Karl Polanyi spoke of three fictitious commodities: labour, land and money. He believed that once these three essentials were fully commodified, i.e. their social value is replaced solely by market value, our societies and world would be endangered. It can be argued that we are presently experiencing the full commodification of all three: the globalised labour market encourages a race to the bottom and increasingly precarious practices; the financial crisis, the product of M -> M’, is still felt in the resulting austerity and an unreformed sector; and each year the Earth gets hotter, our soils get thinner and less fertile, the culminations of our unsustainable consumption embolden.

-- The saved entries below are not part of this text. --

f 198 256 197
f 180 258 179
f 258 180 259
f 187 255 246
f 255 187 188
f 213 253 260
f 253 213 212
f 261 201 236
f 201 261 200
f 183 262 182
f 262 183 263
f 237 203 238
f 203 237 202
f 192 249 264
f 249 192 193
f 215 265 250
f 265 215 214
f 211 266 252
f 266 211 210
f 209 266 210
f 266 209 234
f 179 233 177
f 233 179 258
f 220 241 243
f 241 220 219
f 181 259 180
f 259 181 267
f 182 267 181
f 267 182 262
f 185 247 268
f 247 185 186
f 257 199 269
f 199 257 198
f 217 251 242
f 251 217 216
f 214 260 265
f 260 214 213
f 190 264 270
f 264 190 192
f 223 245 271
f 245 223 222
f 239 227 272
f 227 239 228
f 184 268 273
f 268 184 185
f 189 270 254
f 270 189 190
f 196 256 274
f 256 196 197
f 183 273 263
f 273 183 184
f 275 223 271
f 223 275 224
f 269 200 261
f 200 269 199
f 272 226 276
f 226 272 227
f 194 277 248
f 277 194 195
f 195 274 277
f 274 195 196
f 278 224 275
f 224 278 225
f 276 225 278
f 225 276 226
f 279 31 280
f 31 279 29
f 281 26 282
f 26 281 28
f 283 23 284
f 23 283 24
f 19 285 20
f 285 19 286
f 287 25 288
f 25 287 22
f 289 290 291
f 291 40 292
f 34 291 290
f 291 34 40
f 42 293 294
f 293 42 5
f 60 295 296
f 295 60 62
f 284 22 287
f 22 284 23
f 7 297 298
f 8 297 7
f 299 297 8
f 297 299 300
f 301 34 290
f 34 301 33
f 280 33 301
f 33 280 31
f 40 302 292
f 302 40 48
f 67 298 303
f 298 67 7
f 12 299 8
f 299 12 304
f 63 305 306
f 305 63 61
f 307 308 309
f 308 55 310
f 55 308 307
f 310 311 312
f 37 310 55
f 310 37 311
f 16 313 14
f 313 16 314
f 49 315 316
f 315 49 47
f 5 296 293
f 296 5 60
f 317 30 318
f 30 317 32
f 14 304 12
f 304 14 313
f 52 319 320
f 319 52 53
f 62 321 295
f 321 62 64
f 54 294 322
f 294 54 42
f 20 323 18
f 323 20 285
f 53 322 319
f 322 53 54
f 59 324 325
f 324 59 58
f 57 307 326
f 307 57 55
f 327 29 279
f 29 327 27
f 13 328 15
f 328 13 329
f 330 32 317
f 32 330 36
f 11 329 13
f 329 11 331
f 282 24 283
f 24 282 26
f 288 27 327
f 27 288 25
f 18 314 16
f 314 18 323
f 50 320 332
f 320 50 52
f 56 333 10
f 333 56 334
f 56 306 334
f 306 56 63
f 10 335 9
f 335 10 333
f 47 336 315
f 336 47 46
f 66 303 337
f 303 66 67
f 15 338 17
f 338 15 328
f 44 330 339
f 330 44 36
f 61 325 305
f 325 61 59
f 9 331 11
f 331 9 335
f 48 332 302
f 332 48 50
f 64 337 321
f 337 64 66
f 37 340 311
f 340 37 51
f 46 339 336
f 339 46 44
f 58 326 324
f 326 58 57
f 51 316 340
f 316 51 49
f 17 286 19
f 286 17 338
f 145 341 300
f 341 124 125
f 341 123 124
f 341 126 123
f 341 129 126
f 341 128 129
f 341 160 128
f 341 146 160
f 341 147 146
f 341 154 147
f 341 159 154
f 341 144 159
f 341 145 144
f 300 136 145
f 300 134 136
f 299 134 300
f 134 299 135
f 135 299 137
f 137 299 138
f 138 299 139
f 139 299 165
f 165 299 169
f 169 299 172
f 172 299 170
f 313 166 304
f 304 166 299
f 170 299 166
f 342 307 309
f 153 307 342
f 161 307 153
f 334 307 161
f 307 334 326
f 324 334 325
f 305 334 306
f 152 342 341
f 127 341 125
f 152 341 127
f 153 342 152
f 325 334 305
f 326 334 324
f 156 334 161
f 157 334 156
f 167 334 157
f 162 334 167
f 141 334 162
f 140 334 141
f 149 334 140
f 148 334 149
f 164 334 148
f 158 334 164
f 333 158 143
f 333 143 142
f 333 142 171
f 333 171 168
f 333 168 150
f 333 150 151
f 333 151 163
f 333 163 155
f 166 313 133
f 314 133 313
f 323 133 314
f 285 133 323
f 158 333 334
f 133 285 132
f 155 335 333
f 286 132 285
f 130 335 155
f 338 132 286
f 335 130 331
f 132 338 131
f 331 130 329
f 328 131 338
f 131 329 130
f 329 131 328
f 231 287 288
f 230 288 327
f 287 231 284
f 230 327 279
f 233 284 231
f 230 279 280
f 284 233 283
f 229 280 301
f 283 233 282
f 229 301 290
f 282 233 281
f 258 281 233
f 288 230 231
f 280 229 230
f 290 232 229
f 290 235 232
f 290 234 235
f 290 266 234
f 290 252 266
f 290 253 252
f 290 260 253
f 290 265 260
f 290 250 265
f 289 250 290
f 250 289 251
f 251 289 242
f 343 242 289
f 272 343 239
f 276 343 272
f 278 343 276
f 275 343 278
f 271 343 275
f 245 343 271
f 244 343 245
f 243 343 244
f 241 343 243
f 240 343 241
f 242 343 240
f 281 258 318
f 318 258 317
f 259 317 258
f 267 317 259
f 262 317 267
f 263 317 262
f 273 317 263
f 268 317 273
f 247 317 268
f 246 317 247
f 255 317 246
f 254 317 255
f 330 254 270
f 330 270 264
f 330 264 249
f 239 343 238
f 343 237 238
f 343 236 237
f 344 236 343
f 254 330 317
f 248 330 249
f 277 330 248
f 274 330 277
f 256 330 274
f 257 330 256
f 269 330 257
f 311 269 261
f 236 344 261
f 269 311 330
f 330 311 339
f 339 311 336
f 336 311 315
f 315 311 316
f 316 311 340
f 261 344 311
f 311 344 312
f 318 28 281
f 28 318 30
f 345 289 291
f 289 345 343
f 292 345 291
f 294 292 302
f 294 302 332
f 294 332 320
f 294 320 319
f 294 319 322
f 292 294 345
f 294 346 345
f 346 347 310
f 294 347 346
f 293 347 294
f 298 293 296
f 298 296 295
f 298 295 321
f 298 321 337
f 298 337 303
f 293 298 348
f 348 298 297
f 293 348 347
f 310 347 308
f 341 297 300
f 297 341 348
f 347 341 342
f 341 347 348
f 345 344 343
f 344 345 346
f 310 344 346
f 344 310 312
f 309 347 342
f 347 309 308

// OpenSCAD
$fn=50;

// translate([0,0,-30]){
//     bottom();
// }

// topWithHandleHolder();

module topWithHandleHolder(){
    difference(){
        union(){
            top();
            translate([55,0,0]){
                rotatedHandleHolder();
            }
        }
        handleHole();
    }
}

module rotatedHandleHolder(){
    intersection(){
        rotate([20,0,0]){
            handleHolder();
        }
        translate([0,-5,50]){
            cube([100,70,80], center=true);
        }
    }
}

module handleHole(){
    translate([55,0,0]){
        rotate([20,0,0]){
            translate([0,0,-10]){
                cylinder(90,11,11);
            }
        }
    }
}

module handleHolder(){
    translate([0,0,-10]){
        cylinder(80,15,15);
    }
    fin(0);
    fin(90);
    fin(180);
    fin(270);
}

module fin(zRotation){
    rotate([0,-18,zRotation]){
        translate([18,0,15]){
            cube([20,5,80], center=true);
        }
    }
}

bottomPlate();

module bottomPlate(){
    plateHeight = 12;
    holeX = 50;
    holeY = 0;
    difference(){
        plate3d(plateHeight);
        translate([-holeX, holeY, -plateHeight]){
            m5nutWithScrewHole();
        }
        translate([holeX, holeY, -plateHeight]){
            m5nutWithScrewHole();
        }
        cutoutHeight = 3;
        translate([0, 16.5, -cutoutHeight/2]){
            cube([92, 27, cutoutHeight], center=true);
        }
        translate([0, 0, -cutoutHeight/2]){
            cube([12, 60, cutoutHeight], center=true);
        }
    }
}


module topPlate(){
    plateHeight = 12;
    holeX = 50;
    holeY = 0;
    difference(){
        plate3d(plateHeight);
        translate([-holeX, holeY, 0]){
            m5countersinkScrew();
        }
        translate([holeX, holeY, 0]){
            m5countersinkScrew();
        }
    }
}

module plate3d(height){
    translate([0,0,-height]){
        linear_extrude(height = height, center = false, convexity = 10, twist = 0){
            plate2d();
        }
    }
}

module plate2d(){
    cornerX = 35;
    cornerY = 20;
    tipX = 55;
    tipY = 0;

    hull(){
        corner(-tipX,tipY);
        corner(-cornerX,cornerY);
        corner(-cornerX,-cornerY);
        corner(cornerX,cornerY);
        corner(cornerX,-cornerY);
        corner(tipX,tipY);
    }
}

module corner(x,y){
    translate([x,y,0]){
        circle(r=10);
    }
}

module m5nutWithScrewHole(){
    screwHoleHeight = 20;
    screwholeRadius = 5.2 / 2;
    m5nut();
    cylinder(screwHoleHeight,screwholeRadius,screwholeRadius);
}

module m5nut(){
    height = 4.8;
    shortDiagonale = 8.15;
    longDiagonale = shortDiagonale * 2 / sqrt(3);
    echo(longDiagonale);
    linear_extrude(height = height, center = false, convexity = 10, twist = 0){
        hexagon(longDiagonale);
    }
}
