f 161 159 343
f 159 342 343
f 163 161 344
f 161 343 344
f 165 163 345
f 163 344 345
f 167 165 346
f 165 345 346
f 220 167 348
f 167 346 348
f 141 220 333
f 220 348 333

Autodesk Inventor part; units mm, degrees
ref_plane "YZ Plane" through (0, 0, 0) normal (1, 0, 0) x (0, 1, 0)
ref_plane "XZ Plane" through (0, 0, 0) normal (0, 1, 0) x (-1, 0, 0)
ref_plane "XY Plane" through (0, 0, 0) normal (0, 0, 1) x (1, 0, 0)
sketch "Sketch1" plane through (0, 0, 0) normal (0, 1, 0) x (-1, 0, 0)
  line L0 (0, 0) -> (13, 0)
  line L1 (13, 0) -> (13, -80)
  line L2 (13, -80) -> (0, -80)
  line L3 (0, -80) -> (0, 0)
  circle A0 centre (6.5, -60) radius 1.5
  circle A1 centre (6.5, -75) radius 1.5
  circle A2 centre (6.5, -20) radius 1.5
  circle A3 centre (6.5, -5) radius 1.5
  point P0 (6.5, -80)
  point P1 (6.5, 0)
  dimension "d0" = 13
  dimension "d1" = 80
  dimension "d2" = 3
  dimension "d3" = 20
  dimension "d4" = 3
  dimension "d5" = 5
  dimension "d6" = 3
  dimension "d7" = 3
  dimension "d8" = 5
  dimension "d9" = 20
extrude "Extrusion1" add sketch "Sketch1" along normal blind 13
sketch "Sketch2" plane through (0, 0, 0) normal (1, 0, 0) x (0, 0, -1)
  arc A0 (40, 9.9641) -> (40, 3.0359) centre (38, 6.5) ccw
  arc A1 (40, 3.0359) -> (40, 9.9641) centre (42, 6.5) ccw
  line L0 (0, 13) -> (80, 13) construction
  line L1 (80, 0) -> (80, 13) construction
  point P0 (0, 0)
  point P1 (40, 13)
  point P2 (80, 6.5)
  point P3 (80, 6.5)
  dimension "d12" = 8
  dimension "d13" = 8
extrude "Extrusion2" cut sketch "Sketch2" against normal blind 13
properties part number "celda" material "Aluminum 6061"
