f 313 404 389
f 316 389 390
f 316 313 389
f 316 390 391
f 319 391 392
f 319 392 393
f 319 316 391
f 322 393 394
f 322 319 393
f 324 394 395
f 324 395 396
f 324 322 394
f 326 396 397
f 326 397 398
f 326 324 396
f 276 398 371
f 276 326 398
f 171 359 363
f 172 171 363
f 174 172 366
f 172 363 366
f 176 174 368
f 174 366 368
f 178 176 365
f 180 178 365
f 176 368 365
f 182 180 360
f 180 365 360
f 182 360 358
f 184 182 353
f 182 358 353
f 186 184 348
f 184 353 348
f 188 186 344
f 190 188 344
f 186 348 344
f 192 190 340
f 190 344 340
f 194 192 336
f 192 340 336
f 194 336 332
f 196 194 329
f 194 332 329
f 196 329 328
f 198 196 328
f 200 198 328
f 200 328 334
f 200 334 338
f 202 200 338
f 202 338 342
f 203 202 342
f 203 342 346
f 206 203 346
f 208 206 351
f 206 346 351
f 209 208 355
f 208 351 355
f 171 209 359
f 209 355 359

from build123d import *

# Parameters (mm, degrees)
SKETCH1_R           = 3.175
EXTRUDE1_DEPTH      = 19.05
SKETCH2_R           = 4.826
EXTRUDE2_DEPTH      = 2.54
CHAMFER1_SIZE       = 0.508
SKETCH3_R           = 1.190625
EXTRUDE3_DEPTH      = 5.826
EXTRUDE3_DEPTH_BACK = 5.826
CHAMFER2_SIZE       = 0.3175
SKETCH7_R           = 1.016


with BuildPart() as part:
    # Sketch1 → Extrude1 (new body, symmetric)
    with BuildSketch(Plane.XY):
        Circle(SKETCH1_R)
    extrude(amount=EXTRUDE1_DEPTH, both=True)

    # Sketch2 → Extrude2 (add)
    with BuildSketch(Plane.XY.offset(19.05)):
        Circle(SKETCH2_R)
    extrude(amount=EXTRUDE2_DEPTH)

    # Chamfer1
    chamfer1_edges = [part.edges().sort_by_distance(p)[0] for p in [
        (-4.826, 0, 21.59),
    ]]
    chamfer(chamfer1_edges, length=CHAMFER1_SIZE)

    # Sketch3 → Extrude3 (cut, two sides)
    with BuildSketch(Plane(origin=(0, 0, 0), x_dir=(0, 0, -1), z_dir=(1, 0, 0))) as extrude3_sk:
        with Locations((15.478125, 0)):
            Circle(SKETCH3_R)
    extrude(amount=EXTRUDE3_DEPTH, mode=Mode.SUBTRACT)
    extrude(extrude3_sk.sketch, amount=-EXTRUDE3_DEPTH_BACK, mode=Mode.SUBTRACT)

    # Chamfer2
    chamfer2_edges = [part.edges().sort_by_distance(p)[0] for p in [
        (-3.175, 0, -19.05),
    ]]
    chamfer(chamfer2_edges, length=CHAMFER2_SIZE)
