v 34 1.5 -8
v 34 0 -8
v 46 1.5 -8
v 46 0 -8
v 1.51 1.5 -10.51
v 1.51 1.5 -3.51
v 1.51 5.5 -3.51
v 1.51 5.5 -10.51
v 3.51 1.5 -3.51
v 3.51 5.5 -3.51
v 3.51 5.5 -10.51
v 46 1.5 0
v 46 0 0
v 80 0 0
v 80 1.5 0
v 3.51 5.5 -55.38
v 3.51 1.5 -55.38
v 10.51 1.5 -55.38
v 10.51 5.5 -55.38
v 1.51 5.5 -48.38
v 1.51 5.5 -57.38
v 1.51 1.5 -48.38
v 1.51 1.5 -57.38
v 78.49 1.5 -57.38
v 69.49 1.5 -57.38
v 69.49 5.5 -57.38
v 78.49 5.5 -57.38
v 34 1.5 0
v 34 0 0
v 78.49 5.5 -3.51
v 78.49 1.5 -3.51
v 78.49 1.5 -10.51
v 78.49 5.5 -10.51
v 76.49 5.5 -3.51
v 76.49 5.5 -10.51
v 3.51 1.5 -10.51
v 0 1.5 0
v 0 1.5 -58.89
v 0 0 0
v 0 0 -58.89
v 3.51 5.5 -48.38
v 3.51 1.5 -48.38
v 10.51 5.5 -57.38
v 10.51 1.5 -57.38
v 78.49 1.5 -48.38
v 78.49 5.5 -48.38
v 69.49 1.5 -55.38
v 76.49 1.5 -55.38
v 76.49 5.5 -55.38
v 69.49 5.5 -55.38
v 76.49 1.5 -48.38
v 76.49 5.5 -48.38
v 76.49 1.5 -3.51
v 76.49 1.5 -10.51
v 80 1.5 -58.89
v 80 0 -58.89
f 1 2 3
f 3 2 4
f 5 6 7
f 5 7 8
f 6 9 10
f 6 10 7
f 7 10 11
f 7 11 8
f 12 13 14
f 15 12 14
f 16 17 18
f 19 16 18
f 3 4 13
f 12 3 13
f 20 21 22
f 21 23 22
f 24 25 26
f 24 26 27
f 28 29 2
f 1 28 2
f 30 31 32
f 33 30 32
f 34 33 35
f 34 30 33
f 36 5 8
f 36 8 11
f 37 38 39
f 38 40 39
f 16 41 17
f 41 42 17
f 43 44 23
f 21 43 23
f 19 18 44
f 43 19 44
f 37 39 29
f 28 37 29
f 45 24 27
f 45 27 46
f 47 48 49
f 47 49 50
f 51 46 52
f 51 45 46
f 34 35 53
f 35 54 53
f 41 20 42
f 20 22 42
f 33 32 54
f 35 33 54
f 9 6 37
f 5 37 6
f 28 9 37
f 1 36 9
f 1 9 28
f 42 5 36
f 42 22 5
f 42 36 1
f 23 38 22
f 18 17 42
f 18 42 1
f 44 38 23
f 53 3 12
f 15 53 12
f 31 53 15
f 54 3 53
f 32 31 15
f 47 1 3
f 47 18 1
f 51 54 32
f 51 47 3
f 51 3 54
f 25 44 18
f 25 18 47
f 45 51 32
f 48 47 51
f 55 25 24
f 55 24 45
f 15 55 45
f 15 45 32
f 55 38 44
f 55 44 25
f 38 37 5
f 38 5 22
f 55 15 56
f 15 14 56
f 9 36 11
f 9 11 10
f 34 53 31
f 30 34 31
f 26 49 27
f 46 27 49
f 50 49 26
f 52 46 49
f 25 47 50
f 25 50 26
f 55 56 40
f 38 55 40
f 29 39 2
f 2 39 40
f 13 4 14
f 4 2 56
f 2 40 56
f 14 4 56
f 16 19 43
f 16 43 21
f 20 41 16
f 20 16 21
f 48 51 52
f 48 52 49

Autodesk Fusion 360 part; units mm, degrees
sketch "Sketch1" plane through (0, 0, 0) normal (0, 1, 0) x (1, 0, 0)
  line L0 (0, 0) -> (80, 0)
  line L1 (80, 0) -> (80, 58.89)
  line L2 (80, 58.89) -> (0, 58.89)
  line L3 (0, 58.89) -> (0, 0)
  line L4 (46, 0) -> (34, 0)
  line L5 (34, 0) -> (34, 8)
  line L6 (34, 8) -> (46, 8)
  line L7 (46, 8) -> (46, 0)
  dimension "d1" = 58.89
  dimension "d2" = 80
  dimension "d11" = 8
  dimension "d14" = 12
  dimension "d15" = 34
extrude "Extrude1" add sketch "Sketch1" along normal blind 1.5
sketch "Sketch2" plane through (0, 1.5, 0) normal (0, 1, 0) x (-1, 0, 0)
  line L0 (0, -58.89) -> (0, 0)
  line L1 (0, 0) -> (-80, 0)
  line L2 (-80, 0) -> (-80, -58.89)
  line L3 (-80, -58.89) -> (0, -58.89)
  line L4 (-10.51, -1.51) -> (-1.51, -1.51)
  line L5 (-1.51, -1.51) -> (-1.51, -10.51)
  line L6 (-1.51, -10.51) -> (-10.51, -10.51)
  line L7 (-10.51, -10.51) -> (-10.51, -1.51)
  line L8 (-10.51, -10.51) -> (-3.51, -10.51)
  line L9 (-3.51, -10.51) -> (-3.51, -3.51)
  line L10 (-3.51, -3.51) -> (-10.51, -3.51)
  line L11 (-10.51, -3.51) -> (-10.51, -10.51)
  line L12 (0, -29.445) -> (-80, -29.445) construction
  line L13 (-3.51, -48.38) -> (-3.51, -55.38)
  line L14 (-3.51, -55.38) -> (-10.51, -55.38)
  line L15 (-10.51, -48.38) -> (-10.51, -57.38)
  line L16 (-1.51, -48.38) -> (-10.51, -48.38)
  line L17 (-1.51, -57.38) -> (-1.51, -48.38)
  line L18 (-10.51, -57.38) -> (-1.51, -57.38)
  line L19 (-69.49, -1.51) -> (-78.49, -1.51)
  line L20 (-76.49, -3.51) -> (-69.49, -3.51)
  line L21 (-78.49, -1.51) -> (-78.49, -10.51)
  line L22 (-76.49, -10.51) -> (-76.49, -3.51)
  line L23 (-78.49, -10.51) -> (-69.49, -10.51)
  line L24 (-69.49, -10.51) -> (-69.49, -1.51)
  line L25 (-78.49, -48.38) -> (-69.49, -48.38)
  line L26 (-69.49, -48.38) -> (-69.49, -57.38)
  line L27 (-76.49, -48.38) -> (-76.49, -55.38)
  line L28 (-78.49, -57.38) -> (-78.49, -48.38)
  line L29 (-76.49, -55.38) -> (-69.49, -55.38)
  line L30 (-69.49, -57.38) -> (-78.49, -57.38)
  line L31 (-3.51, -3.51) -> (-1.51, -3.51)
  line L32 (-76.49, -3.51) -> (-78.49, -3.51)
  dimension "d5" = 9
  dimension "d6" = 9
  dimension "d7" = 1.51
  dimension "d8" = 1.51
extrude "Extrude2" add sketch "Sketch2" along normal blind 4 contours L5 L6 L9 L31 | L13 L14 L15 L16 L17 L18 | L21 L22 L23 L32 | L25 L26 L27 L28 L29 L30
extrude "Extrude3" cut sketch "Sketch1" along normal blind 8.263 contours L0 L4 L5 L6 L7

As such, perhaps the elections of Trump and the vote for Brexit can be understood through the commodification of money and labour. Ironically, if we look at appointments and listen to whispers so far, these results may further us along Polanyi’s road to ruin.
It is confusing and unnerving. With 2016 coming to an end, there is a sense we stand at a crossroads, unsure as to where each road leads. The dichotomy of right and left seems to be blurring, with one of open and closed becoming bolder at home and abroad. It is strange yet familiar, shocking yet predictable; a psychological and emotional space best excavated by David Lynch. As in the opening scenes of Blue Velvet, it is as if we are delving into the mud, forcing us to refocus on the nationalism and xenophobia that buoyed the Trump and Brexit votes. Like the dirt, have these moods and sentiments always existed, waiting to be unearthed? Or is this a new phenomenon? Perhaps that’s why these historical comparisons feel so vapid, why the sense of foreboding looms so large? We feel as if we should know the answers and still they remain enigmatic, to be guessed at, to be wished for.
In the background, adding depth and despair to this foreboding, is global warming. This year, the year of political upheaval, will log the hottest global temperatures on human record, breaking the previous records of 2015 and 2014. According to the World Meteorological Organisation, it will show temperatures 1.2⁰C above pre-industrial levels, just 0.3⁰C short of the target set only last year in Paris. Looking at these past three years, the rate of change is growing, as if the warming is accelerating: 0.74⁰C, 0.9⁰C, 1.2⁰C. It is shocking yet predictable. Ed Hawkins’ spiralling infographic captures this mood, allowing us to visualise this warming as a disintegration, an unravelling; we are speeding towards those thick, red, catastrophic lines of 1.5 and 2⁰C.
Watching the momentum of time’s line grow, it’s hard not to think that perhaps Polanyi was correct.